# Bari Raid - Info required



## Ted Else (Jan 18, 2007)

Hello All,
I am hoping that you can help this lady, a good samaritan trying to assist an American veteran of the last war. In her own words:- 
"I am seeking information about the raid on Bari, Italy that occurred 2 December 1943. I am particularly interested in the exact date of the raid and I am hopeful to find some survivors who would be willing to write a brief statement about the presence of mustard gas, what they witnessed, and especially the first ship that brought supplies to them after the raid and the approximate time/date of that arrival. Anyone with any knowledge of the SS Johns Hopkins Liberty Ship is encouraged to respond also. I am trying to help an 86 year old US Naval Armed Guard Veteran to win his compensation case with the Veterans Administration and without this information and some statements, we have little strength. We appreciate all of you veterans for your valor and dedication to your country, and send our heartfelt gratitude for any assistance you can lend".

Bethany Kosmider

Theodore McConley

Best to contact her - _via a PM to me initially_ - if you can assist - Cheers(Thumb)


----------



## KenLin39 (Apr 30, 2005)

Some info of the Bari explosion in the link below. Have sent a mail to Bethany.

http://www.answers.com/topic/bari


----------



## John Rogers (May 11, 2004)

Nice work Ken that link says it all.

John.


----------



## Ted Else (Jan 18, 2007)

Many thanks for the 'posts' gentlemen - I am sure that Bethany Kosmider and Mr McConley will be pleased with your link Ken -
Regards Ted


----------



## non descript (Nov 18, 2005)

Ted, *this link* may or may not be of use...


----------



## Ted Else (Jan 18, 2007)

Many thanks 'Tonga'
I have sent that link to Bethany this morning - all hopefully, adding a little weight to Mr McConley's claim.


----------



## Ted Else (Jan 18, 2007)

*Bari Raid*

Anniversary today - the time of writing this - it was just about to begin in Bari.
Bless them All


----------



## non descript (Nov 18, 2005)

Ted,
I reckon even Solomon would have a problem with this one… For on the one hand you have been very supportive of Bethany Kosmider and kindly posted her email address, and as she is not a Member of SN, we cannot wade in and say the usual: “contact via PM and not email please”, but on the other hand we have the dilemma of having to be even handed and keeping to the guidelines that the Site Owners have requested, viz: no personal email addresses to be published.

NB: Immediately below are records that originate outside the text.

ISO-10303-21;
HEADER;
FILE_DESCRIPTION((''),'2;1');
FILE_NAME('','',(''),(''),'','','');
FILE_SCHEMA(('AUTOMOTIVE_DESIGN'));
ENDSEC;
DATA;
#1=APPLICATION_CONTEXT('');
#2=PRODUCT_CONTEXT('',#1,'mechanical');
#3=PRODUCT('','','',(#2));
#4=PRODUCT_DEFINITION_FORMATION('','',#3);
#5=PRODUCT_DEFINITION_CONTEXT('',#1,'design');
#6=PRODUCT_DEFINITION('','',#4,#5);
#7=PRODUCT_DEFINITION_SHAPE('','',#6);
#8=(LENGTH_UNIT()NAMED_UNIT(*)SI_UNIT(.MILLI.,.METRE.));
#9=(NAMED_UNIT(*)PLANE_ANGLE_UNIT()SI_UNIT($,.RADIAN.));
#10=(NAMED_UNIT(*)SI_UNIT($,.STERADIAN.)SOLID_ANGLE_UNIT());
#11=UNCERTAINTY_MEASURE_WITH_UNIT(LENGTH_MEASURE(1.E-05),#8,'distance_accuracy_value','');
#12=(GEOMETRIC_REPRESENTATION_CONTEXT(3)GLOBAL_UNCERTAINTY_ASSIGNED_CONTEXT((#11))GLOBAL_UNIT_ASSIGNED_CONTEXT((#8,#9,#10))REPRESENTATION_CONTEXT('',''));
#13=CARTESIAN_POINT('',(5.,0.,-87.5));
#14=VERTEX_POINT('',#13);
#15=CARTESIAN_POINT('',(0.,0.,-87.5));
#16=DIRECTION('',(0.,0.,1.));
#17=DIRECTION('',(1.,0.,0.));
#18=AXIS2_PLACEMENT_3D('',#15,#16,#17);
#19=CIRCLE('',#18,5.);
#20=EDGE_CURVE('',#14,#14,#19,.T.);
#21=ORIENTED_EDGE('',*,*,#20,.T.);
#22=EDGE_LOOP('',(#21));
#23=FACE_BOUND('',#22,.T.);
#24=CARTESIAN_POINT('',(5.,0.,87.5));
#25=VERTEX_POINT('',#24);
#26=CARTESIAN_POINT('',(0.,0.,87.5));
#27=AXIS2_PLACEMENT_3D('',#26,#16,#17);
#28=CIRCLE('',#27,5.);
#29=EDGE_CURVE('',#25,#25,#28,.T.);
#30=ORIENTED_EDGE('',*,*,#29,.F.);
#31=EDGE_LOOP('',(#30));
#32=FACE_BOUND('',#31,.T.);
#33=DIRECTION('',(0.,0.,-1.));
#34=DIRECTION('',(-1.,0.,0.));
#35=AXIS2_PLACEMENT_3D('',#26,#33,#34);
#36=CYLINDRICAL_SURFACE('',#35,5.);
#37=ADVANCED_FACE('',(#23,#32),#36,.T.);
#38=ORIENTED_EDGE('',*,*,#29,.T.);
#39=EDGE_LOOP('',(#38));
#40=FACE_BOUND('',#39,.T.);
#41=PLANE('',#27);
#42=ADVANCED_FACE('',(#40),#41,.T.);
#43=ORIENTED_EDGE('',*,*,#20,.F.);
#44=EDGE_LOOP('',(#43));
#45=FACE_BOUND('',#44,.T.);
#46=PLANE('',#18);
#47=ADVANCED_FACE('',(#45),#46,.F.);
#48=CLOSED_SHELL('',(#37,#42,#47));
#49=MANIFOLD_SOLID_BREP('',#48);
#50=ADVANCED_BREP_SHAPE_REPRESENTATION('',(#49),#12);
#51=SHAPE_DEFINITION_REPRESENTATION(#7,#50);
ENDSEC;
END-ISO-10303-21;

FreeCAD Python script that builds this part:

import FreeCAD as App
import Part
import Sketcher
Q = App.Units.Quantity

doc = App.newDocument("Part")
body = doc.addObject("PartDesign::Body", "Body")

# Sketch on XY plane
sketch1 = body.newObject("Sketcher::SketchObject", "Sketch")
sketch1.AttachmentSupport = (doc.getObject("XY_Plane"), [""])
sketch1.MapMode = "FlatFace"
sketch1.addGeometry(Part.Circle(App.Vector(0, 0, 0), App.Vector(0, 0, 1), 5), False)
sketch1.addConstraint(Sketcher.Constraint("Coincident", 0, 3, -1, 1))
sketch1.addConstraint(Sketcher.Constraint("Diameter", 0, Q("10 mm")))
pad1 = body.newObject("PartDesign::Pad", "Pad")
pad1.Profile = sketch1
pad1.Length = 175
pad1.Midplane = True

doc.recompute()
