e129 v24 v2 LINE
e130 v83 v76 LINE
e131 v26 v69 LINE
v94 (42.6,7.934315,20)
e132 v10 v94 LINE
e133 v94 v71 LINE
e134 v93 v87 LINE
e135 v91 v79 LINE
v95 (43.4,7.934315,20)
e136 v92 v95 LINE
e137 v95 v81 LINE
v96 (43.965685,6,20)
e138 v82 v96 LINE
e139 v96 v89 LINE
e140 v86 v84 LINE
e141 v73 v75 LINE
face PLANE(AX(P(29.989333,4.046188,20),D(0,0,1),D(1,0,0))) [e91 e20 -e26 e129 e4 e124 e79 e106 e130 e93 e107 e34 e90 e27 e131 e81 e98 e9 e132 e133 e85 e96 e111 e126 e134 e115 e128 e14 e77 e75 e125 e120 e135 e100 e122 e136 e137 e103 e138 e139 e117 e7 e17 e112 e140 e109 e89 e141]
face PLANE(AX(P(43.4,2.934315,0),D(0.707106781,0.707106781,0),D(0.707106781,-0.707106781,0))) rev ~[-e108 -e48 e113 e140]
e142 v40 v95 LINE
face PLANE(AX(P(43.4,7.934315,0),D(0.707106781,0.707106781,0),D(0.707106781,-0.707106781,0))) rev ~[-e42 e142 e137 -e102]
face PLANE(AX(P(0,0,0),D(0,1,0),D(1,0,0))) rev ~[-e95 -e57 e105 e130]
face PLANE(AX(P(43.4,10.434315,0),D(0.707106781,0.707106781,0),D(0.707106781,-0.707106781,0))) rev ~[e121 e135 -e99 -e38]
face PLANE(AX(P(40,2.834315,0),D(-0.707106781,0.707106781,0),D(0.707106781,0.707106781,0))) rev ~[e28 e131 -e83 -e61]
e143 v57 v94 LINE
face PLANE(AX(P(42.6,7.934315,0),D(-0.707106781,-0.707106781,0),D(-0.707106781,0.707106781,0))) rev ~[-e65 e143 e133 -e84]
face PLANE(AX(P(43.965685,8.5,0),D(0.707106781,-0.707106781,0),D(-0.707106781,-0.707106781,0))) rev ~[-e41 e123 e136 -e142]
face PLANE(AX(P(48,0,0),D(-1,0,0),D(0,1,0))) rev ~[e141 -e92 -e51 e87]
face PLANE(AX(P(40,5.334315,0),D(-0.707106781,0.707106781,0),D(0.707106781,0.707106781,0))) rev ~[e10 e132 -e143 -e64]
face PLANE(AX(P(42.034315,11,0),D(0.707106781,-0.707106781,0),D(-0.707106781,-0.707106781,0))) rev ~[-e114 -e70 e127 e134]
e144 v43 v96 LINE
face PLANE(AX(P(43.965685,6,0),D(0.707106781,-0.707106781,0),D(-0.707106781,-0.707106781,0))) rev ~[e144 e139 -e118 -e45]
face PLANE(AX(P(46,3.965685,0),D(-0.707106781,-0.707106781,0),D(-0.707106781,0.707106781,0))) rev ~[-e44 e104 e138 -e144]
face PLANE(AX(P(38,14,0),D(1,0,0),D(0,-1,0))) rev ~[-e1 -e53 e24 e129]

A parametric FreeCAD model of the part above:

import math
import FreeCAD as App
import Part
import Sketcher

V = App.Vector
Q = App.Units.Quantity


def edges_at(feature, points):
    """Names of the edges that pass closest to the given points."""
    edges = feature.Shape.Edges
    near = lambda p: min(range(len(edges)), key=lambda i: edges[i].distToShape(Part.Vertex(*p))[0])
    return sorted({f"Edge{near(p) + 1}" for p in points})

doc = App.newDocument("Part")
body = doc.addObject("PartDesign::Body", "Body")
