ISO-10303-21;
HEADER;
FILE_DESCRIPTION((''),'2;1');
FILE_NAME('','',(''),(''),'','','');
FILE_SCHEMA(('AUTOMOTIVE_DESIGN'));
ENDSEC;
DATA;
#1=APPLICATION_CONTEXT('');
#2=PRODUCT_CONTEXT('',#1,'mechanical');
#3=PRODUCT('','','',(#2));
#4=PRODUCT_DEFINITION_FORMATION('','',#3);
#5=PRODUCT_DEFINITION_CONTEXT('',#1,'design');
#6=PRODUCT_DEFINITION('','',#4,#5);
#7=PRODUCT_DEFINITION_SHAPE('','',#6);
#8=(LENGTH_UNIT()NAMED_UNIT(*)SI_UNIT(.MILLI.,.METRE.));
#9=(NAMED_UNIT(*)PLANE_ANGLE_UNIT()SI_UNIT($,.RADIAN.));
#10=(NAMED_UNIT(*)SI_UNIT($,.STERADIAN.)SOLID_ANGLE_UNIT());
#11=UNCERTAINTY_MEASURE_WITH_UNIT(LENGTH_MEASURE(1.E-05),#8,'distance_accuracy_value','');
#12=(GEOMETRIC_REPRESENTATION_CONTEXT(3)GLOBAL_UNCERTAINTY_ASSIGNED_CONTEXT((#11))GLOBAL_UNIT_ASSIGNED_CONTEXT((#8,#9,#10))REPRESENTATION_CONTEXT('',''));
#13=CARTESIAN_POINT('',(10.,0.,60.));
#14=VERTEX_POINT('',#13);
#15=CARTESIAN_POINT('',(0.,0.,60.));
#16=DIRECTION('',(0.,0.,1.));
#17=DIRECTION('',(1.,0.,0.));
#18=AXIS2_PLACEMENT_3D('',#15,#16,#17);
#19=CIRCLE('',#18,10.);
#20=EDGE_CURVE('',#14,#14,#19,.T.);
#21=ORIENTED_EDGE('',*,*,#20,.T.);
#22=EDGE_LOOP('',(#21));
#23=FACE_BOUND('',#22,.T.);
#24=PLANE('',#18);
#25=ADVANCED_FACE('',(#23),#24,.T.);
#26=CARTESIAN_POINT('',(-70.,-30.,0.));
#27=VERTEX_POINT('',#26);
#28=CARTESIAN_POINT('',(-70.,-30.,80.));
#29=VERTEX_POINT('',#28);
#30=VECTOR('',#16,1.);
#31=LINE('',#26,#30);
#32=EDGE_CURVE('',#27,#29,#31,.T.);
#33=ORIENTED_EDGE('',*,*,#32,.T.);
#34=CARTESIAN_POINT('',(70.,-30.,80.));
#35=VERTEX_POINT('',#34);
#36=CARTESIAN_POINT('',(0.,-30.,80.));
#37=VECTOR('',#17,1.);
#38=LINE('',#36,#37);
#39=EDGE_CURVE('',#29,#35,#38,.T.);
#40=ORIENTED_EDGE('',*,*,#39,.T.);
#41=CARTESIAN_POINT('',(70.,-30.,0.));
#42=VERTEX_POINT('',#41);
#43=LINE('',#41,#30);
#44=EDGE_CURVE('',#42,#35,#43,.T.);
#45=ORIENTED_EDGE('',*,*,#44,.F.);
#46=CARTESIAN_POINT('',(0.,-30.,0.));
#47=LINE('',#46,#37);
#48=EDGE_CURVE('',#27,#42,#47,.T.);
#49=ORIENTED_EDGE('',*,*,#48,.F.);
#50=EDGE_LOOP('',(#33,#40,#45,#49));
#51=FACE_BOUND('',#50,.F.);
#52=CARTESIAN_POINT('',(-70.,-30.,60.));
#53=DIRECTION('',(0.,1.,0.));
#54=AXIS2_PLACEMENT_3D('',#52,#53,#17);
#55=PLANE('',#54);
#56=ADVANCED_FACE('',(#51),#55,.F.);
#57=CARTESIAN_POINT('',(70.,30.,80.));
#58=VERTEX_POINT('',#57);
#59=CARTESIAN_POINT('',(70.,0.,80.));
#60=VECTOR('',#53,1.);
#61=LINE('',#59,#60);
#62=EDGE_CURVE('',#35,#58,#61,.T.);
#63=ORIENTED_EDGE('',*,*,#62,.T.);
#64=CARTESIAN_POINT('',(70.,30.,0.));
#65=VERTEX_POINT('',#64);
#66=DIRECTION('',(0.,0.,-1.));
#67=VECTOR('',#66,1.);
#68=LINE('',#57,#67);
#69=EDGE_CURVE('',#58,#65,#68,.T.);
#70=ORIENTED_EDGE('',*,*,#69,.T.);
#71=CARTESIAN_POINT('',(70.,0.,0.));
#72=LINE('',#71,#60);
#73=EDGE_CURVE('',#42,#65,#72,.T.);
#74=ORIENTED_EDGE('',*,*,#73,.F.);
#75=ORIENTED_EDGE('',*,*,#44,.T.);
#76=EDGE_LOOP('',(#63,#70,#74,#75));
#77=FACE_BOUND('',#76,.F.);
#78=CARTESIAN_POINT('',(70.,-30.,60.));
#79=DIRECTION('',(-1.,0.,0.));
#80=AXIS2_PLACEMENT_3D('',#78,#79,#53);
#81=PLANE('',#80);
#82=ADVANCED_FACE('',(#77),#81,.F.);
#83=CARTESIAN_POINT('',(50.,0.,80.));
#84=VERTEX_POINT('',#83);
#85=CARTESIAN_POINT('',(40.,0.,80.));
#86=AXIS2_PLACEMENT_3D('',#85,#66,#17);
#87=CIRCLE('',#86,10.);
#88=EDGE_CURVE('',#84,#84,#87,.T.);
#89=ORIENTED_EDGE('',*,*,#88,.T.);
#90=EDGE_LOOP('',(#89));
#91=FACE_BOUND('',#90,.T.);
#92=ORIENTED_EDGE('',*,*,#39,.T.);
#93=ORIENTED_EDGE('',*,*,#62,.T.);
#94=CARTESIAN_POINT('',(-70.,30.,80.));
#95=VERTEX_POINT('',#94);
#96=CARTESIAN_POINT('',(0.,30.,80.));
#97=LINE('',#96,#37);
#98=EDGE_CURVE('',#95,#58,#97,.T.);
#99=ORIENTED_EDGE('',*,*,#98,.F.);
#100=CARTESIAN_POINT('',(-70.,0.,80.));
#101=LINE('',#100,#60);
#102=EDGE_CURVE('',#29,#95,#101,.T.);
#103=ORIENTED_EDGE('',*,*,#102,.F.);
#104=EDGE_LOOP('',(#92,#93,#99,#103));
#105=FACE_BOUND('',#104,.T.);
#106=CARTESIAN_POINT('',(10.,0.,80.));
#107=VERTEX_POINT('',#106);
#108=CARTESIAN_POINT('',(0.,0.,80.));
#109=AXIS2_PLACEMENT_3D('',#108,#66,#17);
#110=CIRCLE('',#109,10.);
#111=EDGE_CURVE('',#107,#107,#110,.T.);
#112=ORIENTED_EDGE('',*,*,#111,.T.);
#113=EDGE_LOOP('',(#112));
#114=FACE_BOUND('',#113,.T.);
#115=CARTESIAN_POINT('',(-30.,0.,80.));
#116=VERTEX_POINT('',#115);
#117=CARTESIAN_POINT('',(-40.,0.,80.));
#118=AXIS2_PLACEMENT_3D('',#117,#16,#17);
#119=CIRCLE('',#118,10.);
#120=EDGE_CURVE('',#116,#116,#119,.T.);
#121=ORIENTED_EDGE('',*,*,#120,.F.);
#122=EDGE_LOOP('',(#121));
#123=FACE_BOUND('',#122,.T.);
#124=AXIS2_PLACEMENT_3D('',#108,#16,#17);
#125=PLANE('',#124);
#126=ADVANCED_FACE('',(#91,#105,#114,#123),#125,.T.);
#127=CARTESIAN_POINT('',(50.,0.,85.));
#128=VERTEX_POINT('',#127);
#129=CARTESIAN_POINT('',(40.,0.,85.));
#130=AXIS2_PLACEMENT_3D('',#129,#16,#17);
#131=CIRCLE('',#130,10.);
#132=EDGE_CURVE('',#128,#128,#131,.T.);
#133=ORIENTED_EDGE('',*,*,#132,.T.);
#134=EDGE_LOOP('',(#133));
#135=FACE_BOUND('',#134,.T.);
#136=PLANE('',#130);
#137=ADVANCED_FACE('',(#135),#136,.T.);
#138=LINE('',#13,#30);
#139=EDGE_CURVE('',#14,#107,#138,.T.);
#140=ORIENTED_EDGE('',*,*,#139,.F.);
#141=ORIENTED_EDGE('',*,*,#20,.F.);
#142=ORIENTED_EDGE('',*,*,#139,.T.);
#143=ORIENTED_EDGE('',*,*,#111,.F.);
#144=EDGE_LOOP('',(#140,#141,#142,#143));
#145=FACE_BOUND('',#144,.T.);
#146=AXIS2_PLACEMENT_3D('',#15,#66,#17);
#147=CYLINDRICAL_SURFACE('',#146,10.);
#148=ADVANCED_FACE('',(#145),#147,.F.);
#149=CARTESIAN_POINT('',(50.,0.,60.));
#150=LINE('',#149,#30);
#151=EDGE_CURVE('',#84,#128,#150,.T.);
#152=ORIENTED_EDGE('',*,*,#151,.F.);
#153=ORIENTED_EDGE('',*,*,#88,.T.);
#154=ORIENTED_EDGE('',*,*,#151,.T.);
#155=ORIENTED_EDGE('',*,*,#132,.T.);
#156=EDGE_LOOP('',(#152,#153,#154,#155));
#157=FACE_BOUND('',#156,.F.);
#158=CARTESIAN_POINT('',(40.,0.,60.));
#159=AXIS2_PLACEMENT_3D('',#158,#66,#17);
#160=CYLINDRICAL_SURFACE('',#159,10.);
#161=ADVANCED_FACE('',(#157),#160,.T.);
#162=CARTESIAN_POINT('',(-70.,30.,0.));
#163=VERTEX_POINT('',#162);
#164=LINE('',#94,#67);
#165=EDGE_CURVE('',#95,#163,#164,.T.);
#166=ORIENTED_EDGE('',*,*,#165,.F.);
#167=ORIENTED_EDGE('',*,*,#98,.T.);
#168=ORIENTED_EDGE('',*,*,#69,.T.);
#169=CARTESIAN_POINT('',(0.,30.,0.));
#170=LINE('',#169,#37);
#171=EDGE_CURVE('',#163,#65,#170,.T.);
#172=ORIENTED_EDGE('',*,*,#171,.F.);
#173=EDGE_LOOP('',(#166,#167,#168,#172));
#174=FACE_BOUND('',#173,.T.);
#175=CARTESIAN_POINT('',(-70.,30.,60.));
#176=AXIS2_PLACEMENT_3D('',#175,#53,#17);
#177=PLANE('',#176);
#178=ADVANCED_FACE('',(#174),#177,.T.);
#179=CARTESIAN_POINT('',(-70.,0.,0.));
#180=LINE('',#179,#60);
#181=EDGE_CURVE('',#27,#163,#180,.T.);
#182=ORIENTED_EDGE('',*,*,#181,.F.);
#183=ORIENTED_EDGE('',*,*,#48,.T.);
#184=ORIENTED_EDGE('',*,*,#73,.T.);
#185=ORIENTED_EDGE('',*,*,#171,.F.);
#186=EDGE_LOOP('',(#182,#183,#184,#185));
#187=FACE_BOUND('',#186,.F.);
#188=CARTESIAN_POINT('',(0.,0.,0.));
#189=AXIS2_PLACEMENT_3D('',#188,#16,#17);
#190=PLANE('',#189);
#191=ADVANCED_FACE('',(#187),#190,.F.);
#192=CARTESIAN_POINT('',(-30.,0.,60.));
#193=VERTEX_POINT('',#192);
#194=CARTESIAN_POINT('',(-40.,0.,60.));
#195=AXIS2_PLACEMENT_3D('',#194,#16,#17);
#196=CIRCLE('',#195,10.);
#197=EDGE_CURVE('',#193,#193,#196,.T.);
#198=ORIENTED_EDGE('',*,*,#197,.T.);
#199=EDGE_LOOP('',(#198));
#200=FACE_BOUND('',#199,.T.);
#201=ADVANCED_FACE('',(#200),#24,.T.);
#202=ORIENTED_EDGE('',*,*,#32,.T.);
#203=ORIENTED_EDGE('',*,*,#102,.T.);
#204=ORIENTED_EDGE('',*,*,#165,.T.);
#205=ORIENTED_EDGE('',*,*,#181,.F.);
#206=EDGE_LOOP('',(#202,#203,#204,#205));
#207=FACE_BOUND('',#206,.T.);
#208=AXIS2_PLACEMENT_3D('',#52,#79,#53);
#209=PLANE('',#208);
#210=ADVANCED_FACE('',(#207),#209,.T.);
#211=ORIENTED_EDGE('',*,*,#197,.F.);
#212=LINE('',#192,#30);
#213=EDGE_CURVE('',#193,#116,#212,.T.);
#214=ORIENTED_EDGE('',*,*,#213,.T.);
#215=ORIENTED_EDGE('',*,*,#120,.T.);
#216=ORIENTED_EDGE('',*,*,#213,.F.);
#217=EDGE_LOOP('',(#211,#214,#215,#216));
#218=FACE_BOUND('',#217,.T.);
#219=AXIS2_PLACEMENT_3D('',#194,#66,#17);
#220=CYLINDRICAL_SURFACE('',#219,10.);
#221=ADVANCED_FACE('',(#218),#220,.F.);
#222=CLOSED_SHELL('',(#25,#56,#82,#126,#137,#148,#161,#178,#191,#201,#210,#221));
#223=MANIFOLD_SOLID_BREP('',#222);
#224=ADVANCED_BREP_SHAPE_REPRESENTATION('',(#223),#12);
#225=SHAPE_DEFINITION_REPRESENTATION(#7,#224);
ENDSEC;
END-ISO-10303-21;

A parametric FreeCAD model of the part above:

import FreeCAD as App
import Part
import Sketcher

V = App.Vector
Q = App.Units.Quantity


def add_polygon(sketch, points):
    """Adds a closed chain of lines whose ends are joined by coincident constraints."""
    first, n = sketch.GeometryCount, len(points)
    for a, b in zip(points, points[1:] + points[:1]):
        sketch.addGeometry(Part.LineSegment(App.Vector(*a, 0), App.Vector(*b, 0)), False)
    for i in range(n):
        sketch.addConstraint(Sketcher.Constraint("Coincident", first + i, 2, first + (i + 1) % n, 1))

doc = App.newDocument("Part")
body = doc.addObject("PartDesign::Body", "Body")

sketch1 = body.newObject("Sketcher::SketchObject", "Sketch")
sketch1.AttachmentSupport = (doc.getObject("XY_Plane"), [""])
sketch1.MapMode = "FlatFace"
add_polygon(sketch1, [(-70, 30), (-70, -30), (70, -30), (70, 30)])
sketch1.addConstraint([
    Sketcher.Constraint("Vertical", 0),
    Sketcher.Constraint("Horizontal", 1),
    Sketcher.Constraint("Vertical", 2),
    Sketcher.Constraint("Horizontal", 3),
    Sketcher.Constraint("Symmetric", 0, 2, 2, 2, -1, 1),
    Sketcher.Constraint("DistanceX", 1, 1, 1, 2, Q("140 mm")),
    Sketcher.Constraint("DistanceY", 0, 2, 0, 1, Q("60 mm")),
])
pad1 = body.newObject("PartDesign::Pad", "Pad")
pad1.Profile = sketch1
pad1.Length = 60

sketch2 = body.newObject("Sketcher::SketchObject", "Sketch001")
sketch2.AttachmentSupport = (doc.getObject("XY_Plane"), [""])
sketch2.MapMode = "FlatFace"
sketch2.AttachmentOffset = App.Placement(V(0, 0, 60), App.Rotation())
add_polygon(sketch2, [(-70, 30), (-70, -30), (70, -30), (70, 30)])
sketch2.addGeometry(Part.Circle(V(-40, 0, 0), V(0, 0, 1), 10), False)
sketch2.addConstraint([
    Sketcher.Constraint("Vertical", 0),
    Sketcher.Constraint("Horizontal", 1),
    Sketcher.Constraint("Vertical", 2),
    Sketcher.Constraint("Horizontal", 3),
    Sketcher.Constraint("Symmetric", 0, 2, 2, 2, -1, 1),
    Sketcher.Constraint("PointOnObject", 4, 3, -1),
    Sketcher.Constraint("Diameter", 4, Q("20 mm")),
    Sketcher.Constraint("DistanceX", 1, 1, 1, 2, Q("140 mm")),
    Sketcher.Constraint("DistanceY", 0, 2, 0, 1, Q("60 mm")),
    Sketcher.Constraint("DistanceX", 4, 3, -1, 1, Q("40 mm")),
])
pad2 = body.newObject("PartDesign::Pad", "Pad001")
pad2.Profile = sketch2
pad2.Length = 20

sketch3 = body.newObject("Sketcher::SketchObject", "Sketch002")
sketch3.AttachmentSupport = (doc.getObject("XY_Plane"), [""])
sketch3.MapMode = "FlatFace"
sketch3.AttachmentOffset = App.Placement(V(0, 0, 60), App.Rotation())
sketch3.addGeometry(Part.Circle(V(0, 0, 0), V(0, 0, 1), 10), False)
sketch3.addConstraint([
    Sketcher.Constraint("Coincident", 0, 3, -1, 1),
    Sketcher.Constraint("Diameter", 0, Q("20 mm")),
])
pocket1 = body.newObject("PartDesign::Pocket", "Pocket")
pocket1.Profile = sketch3
pocket1.Length = 500
pocket1.Reversed = True

sketch4 = body.newObject("Sketcher::SketchObject", "Sketch003")
sketch4.AttachmentSupport = (doc.getObject("XY_Plane"), [""])
sketch4.MapMode = "FlatFace"
sketch4.AttachmentOffset = App.Placement(V(0, 0, 60), App.Rotation())
sketch4.addGeometry(Part.Circle(V(40, 0, 0), V(0, 0, 1), 10), False)
sketch4.addConstraint([
    Sketcher.Constraint("PointOnObject", 0, 3, -1),
    Sketcher.Constraint("Diameter", 0, Q("20 mm")),
    Sketcher.Constraint("DistanceX", -1, 1, 0, 3, Q("40 mm")),
])
pad3 = body.newObject("PartDesign::Pad", "Pad002")
pad3.Profile = sketch4
pad3.Length = 25

doc.recompute()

On balance, we have to fall back on the over-riding view that “The end does not justify the means” and tell you that in order to be fair to all, we have to edit the actual email address out and find a way for people to make contact. Clearly asking that they send you a PM to ask for your contact’s email address and or to forward the information is one way round the issue, but that puts the burden on to your shoulders.

We would welcome your thoughts please..

In the meantime we have edited out the email address of Bethany Kosmider and trust that you (and she) will understand.
(Thumb) 
Mark


----------



## Ted Else (Jan 18, 2007)

Hello 'Tonga'
Thank you for your kind comments - I entirely agree that the 'Rules', there for the real benefit of all and should be adhered to - Sorry mate. No excuse I understand, but I had not realised that I had breached any.
I am happy to accept any PM's regarding this incident - this web site has already assisted Bethany Kosmida in her quest to assist Mr McConley - true recognition really, of the work that Moderators and the rest of the Team perform. You all make this the great 'site' that it is. Many thanks and a Merry Christmas to all.
Ted


----------



## non descript (Nov 18, 2005)

*Thanks for helping us..*

Ted,
You express yourself with great charm – thank you. (Thumb) 

There is only one “Rule” and that is the one that says to have fun – all other comments are merely ‘Guidelines’ to help the enterprise run at its maximum.

Thank you for your support, it is appreciated
(Thumb)
Mark


----------